START EXERCISE MATERIALS

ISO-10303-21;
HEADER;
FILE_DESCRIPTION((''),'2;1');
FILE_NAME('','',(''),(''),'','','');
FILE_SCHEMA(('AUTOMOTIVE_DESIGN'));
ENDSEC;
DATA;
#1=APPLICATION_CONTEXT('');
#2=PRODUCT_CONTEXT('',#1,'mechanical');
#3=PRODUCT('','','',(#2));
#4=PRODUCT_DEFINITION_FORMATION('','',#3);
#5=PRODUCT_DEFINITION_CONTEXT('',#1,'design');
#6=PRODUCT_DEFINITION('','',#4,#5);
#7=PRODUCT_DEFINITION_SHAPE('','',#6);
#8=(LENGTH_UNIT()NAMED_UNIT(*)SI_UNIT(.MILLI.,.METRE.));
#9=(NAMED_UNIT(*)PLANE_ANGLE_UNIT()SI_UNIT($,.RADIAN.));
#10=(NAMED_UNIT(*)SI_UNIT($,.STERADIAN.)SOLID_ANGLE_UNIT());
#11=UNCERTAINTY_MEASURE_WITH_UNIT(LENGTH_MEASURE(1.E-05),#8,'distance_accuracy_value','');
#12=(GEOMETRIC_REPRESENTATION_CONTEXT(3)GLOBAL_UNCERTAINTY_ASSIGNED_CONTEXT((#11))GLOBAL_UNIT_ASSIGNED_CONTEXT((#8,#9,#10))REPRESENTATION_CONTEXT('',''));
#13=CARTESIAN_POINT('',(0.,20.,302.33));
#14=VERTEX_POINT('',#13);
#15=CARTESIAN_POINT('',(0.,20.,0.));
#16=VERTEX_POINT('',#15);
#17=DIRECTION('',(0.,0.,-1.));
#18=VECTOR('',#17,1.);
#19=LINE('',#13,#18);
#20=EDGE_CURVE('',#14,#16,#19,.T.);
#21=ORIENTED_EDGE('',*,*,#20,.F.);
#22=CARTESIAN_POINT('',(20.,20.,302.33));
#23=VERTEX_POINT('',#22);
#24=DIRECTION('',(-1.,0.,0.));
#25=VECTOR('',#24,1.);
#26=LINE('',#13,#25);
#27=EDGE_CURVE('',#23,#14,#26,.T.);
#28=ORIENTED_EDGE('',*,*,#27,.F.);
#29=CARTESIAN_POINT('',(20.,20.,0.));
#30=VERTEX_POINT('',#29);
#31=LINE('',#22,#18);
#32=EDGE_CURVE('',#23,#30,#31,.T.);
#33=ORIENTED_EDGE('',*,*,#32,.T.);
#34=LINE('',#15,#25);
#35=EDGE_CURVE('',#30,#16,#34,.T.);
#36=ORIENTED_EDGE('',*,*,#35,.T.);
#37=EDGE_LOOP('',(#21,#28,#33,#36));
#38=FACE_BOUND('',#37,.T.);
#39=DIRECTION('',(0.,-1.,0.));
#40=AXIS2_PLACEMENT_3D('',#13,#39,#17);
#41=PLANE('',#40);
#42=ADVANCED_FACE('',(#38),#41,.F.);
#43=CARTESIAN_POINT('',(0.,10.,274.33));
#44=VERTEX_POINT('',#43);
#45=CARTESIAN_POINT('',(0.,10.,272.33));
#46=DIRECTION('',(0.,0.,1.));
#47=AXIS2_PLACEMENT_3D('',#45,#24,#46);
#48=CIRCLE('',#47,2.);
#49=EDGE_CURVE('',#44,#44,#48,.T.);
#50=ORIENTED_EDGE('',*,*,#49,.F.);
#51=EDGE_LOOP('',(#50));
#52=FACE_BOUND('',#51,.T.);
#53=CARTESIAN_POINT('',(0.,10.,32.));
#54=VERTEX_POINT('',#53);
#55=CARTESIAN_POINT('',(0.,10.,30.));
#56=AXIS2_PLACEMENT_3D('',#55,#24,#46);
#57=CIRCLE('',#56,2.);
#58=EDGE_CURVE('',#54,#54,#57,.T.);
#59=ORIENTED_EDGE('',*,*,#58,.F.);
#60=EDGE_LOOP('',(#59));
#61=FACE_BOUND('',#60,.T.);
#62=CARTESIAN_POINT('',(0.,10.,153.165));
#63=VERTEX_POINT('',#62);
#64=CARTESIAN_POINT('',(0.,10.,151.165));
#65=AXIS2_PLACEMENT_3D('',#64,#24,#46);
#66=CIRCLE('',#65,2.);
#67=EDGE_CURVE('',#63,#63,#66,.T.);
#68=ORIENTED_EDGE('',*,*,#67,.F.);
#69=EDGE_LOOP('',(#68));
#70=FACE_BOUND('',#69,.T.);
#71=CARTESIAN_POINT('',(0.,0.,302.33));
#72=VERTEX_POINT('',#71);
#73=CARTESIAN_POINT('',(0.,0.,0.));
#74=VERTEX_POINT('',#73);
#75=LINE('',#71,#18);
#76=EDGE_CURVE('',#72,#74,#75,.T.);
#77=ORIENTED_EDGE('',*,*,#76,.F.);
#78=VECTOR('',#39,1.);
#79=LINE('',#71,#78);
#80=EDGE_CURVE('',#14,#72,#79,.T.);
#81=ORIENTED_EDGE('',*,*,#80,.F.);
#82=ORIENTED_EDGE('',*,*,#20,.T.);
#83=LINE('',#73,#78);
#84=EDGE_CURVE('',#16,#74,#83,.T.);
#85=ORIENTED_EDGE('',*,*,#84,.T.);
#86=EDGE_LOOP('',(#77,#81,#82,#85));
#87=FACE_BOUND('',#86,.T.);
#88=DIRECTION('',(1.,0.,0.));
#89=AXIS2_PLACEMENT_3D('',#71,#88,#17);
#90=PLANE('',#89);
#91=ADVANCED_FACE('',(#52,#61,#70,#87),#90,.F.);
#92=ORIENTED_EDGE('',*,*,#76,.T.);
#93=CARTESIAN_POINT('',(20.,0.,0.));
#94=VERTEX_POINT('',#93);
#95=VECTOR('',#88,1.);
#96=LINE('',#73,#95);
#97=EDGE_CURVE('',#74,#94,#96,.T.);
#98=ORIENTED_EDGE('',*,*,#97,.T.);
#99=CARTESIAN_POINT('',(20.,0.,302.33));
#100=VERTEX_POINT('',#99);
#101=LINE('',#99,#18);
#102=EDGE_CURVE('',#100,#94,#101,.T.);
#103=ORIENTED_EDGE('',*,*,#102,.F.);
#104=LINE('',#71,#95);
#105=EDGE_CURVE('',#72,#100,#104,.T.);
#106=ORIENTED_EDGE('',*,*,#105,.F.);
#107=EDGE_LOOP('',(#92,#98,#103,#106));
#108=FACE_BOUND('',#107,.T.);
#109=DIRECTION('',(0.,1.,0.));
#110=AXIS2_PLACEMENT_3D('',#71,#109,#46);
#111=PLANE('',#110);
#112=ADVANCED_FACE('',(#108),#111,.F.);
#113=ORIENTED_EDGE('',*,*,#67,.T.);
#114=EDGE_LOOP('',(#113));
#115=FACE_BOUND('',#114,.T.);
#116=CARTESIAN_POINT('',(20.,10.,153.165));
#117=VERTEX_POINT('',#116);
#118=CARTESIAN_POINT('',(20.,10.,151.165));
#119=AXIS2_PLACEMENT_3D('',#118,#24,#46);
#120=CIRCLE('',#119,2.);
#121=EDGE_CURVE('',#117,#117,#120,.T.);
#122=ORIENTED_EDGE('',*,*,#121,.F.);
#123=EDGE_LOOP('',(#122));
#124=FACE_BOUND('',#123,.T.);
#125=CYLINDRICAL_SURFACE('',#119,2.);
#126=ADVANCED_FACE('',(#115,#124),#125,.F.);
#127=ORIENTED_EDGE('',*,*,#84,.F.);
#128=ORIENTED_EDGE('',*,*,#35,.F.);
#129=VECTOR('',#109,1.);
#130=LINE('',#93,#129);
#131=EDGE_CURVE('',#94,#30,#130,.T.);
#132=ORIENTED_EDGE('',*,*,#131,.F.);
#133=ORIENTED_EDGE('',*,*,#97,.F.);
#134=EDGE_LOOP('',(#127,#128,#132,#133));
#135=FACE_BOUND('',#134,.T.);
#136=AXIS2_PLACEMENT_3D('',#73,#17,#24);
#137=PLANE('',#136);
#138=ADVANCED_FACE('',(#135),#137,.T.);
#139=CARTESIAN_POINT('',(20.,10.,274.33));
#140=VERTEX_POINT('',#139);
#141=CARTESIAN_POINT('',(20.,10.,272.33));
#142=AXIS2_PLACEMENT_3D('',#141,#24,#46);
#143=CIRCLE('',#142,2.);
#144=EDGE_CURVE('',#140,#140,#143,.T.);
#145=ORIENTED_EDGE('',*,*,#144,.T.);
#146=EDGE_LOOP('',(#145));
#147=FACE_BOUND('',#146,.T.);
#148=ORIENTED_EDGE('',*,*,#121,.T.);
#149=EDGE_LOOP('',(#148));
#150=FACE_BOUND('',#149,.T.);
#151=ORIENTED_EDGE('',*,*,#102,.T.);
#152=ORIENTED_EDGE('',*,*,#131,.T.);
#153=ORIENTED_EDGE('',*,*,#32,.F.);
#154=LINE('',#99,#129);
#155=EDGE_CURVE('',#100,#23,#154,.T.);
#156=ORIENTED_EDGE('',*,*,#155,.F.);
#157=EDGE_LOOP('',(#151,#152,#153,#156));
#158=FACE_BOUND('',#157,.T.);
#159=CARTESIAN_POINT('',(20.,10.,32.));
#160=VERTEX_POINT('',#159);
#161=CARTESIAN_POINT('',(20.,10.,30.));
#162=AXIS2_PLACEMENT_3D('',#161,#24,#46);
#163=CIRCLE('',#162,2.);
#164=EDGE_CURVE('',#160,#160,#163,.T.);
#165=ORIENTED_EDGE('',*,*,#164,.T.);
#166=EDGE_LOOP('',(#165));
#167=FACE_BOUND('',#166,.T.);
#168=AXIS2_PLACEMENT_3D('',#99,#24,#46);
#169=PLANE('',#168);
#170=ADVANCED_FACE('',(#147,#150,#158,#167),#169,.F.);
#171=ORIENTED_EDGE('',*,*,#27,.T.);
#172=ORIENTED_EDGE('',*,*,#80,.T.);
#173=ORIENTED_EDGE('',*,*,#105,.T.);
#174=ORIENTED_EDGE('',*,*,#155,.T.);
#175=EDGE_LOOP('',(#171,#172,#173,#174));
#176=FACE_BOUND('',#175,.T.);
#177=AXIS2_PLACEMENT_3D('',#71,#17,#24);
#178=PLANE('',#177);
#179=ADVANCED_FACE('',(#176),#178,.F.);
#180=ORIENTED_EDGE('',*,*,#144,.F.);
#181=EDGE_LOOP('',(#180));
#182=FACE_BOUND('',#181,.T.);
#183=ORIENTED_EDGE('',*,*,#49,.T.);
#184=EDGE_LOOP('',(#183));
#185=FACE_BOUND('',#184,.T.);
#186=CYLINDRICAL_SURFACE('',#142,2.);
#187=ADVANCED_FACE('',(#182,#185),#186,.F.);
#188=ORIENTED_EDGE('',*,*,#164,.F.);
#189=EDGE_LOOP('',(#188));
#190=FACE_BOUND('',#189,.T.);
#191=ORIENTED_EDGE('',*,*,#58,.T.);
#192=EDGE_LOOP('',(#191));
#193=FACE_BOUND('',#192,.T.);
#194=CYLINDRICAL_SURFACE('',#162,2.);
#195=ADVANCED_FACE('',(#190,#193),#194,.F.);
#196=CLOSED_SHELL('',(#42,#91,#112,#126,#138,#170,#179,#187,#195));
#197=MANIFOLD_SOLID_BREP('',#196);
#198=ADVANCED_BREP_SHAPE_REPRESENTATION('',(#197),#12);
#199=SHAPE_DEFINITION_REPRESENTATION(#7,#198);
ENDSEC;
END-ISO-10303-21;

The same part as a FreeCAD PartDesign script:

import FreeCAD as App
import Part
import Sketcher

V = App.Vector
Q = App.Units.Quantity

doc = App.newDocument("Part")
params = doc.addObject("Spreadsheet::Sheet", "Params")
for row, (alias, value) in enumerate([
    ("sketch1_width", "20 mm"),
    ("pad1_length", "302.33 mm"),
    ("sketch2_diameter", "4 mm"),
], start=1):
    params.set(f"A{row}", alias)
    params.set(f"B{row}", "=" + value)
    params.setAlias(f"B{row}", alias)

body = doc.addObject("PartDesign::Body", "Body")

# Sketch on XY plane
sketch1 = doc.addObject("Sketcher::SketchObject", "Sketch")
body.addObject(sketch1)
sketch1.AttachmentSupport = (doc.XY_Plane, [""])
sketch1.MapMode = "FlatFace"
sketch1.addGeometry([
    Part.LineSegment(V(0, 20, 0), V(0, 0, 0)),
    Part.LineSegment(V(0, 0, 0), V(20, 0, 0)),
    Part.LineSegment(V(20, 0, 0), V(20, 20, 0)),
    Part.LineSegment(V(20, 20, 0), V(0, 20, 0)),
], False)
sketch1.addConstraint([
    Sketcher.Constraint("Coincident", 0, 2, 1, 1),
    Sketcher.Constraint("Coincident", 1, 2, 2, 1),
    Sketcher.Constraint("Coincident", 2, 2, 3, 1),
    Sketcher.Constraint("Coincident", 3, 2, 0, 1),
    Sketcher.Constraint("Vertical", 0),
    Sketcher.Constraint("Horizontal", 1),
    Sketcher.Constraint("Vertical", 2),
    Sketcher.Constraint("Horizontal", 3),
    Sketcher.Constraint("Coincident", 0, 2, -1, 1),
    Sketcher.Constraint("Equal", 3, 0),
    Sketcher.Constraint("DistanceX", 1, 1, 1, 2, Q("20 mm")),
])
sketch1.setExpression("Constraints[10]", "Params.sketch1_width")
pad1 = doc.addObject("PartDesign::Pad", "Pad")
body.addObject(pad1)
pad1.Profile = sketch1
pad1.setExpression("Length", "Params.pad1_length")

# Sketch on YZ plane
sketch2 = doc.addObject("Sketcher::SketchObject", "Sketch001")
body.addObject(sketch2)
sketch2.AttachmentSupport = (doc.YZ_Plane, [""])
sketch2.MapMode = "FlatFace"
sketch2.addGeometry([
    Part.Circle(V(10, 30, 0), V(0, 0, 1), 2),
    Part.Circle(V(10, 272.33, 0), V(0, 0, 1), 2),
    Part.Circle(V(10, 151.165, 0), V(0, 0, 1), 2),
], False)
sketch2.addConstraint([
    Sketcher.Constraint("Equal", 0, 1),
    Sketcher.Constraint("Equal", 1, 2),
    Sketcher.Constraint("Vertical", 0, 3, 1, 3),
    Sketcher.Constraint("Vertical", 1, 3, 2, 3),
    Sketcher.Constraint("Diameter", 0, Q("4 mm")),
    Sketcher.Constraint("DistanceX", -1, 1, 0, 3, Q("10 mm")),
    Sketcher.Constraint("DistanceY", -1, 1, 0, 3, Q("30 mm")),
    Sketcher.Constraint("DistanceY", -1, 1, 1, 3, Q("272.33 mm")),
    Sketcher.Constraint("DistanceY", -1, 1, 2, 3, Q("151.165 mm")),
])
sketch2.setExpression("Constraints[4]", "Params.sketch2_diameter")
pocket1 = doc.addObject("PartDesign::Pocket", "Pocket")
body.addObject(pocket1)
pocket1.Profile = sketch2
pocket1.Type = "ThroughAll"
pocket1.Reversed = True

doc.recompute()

END EXERCISE MATERIALS
START EXERCISE MATERIALS

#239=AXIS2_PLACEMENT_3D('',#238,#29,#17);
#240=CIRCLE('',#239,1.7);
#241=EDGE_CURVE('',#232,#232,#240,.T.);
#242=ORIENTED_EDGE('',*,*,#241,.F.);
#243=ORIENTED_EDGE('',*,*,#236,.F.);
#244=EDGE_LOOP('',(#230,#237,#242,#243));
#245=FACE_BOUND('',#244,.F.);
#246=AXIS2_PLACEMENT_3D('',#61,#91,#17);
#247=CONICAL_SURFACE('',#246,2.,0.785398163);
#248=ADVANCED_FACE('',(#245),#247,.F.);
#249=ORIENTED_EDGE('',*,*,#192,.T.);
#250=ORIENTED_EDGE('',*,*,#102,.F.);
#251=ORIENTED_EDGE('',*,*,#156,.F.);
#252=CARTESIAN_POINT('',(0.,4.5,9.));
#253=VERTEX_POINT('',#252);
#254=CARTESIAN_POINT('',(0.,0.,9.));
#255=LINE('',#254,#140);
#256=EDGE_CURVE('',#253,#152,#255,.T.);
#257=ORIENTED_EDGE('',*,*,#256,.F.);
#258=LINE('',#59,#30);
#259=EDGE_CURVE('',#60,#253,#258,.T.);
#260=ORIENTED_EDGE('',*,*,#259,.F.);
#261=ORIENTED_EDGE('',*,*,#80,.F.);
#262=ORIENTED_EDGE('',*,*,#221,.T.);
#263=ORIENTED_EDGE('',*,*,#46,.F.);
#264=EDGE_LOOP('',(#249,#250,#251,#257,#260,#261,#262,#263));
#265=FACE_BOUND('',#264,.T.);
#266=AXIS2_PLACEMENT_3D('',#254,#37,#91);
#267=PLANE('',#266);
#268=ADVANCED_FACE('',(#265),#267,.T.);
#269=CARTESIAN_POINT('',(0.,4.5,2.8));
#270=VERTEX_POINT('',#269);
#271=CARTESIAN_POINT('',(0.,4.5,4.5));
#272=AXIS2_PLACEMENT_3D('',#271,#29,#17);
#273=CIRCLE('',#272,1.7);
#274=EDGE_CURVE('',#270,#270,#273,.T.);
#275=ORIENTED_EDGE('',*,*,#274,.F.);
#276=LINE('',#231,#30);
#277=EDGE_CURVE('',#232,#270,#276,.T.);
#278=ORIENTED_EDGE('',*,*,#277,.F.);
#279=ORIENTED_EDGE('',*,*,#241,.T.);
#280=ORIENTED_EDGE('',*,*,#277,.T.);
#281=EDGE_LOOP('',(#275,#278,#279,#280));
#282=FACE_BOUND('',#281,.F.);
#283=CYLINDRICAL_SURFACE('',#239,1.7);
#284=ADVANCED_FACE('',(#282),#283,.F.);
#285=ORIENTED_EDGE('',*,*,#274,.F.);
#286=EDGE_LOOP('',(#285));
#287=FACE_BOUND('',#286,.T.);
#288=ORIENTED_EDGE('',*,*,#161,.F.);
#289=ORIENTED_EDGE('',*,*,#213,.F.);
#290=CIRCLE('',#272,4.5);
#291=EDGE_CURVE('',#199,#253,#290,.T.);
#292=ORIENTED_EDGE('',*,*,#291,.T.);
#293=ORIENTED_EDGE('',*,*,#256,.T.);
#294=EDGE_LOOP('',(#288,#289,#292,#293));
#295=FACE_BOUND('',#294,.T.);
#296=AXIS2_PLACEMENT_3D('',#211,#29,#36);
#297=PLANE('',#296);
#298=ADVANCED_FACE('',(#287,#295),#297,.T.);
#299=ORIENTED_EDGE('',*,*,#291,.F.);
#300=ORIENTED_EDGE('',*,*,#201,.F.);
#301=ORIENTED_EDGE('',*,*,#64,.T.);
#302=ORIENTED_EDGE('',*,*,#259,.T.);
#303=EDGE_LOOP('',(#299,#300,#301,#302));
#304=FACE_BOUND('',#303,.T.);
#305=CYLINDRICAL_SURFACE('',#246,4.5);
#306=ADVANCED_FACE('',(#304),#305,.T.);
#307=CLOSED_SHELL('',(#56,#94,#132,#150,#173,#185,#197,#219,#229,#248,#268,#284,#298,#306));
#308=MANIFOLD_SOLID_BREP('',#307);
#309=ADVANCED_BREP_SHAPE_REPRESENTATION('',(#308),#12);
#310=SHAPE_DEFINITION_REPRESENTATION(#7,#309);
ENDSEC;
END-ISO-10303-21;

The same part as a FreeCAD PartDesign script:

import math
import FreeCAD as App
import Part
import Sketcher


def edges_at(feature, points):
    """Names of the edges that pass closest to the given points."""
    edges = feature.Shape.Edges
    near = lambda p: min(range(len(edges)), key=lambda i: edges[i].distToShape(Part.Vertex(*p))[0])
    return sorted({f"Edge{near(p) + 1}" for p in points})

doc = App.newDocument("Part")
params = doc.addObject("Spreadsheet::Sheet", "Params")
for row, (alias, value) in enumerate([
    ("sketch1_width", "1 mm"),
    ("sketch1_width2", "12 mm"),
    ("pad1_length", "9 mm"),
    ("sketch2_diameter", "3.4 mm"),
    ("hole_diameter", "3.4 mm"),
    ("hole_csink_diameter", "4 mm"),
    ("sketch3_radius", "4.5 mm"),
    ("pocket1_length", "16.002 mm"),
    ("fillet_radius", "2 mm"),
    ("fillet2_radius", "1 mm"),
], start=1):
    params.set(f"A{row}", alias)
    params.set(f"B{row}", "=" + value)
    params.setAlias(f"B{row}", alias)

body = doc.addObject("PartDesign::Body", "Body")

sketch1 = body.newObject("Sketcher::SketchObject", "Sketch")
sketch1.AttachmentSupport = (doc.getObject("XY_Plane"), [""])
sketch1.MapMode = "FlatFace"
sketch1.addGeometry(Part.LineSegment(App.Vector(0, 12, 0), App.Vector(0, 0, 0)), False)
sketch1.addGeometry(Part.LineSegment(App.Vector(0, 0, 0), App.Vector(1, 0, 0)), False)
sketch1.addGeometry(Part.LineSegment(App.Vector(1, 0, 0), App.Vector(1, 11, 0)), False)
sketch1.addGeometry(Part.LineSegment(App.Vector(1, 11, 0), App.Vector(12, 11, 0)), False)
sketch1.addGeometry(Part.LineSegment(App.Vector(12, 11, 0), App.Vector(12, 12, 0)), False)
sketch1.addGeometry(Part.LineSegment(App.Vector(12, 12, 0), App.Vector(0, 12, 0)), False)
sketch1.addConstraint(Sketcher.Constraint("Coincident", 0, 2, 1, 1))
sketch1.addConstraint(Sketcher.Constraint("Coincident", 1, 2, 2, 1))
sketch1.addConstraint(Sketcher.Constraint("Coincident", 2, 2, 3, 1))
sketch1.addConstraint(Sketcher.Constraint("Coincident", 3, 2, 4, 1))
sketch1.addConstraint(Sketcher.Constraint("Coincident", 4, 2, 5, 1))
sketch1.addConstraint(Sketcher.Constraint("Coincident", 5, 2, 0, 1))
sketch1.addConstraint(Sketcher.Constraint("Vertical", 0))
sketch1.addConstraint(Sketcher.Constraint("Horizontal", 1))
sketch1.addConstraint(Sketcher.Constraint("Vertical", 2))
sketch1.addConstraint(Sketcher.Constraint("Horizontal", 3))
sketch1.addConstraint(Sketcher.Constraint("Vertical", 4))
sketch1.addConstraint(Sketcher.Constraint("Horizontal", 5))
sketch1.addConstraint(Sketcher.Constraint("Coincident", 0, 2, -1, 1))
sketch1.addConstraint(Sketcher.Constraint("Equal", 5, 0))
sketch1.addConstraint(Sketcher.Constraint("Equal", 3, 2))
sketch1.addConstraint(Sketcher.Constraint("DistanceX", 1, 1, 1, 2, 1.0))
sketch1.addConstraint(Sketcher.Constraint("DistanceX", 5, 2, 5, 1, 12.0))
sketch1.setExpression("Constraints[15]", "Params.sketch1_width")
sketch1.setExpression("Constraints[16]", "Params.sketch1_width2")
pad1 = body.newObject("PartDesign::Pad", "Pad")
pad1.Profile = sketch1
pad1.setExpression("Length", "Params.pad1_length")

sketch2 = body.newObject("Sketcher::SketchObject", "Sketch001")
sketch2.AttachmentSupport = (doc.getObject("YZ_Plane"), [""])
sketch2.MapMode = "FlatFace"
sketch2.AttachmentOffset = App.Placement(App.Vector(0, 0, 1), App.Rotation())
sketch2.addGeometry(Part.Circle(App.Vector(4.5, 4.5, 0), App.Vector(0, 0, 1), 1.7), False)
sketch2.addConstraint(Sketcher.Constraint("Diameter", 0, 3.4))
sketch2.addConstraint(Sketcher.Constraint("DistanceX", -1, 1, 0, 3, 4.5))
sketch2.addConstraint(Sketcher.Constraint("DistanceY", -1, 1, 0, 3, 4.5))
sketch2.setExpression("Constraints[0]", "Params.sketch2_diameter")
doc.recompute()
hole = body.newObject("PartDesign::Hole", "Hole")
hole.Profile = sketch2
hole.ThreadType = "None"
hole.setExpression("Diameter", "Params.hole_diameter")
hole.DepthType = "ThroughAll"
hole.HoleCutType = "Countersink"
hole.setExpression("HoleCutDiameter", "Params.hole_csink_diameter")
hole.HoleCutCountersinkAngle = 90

END EXERCISE MATERIALS

- YOUR TASK:
Count how many lines in the entries above hold the word "newObject". Give that number by itself.

- EXERCISE SOLUTION:
4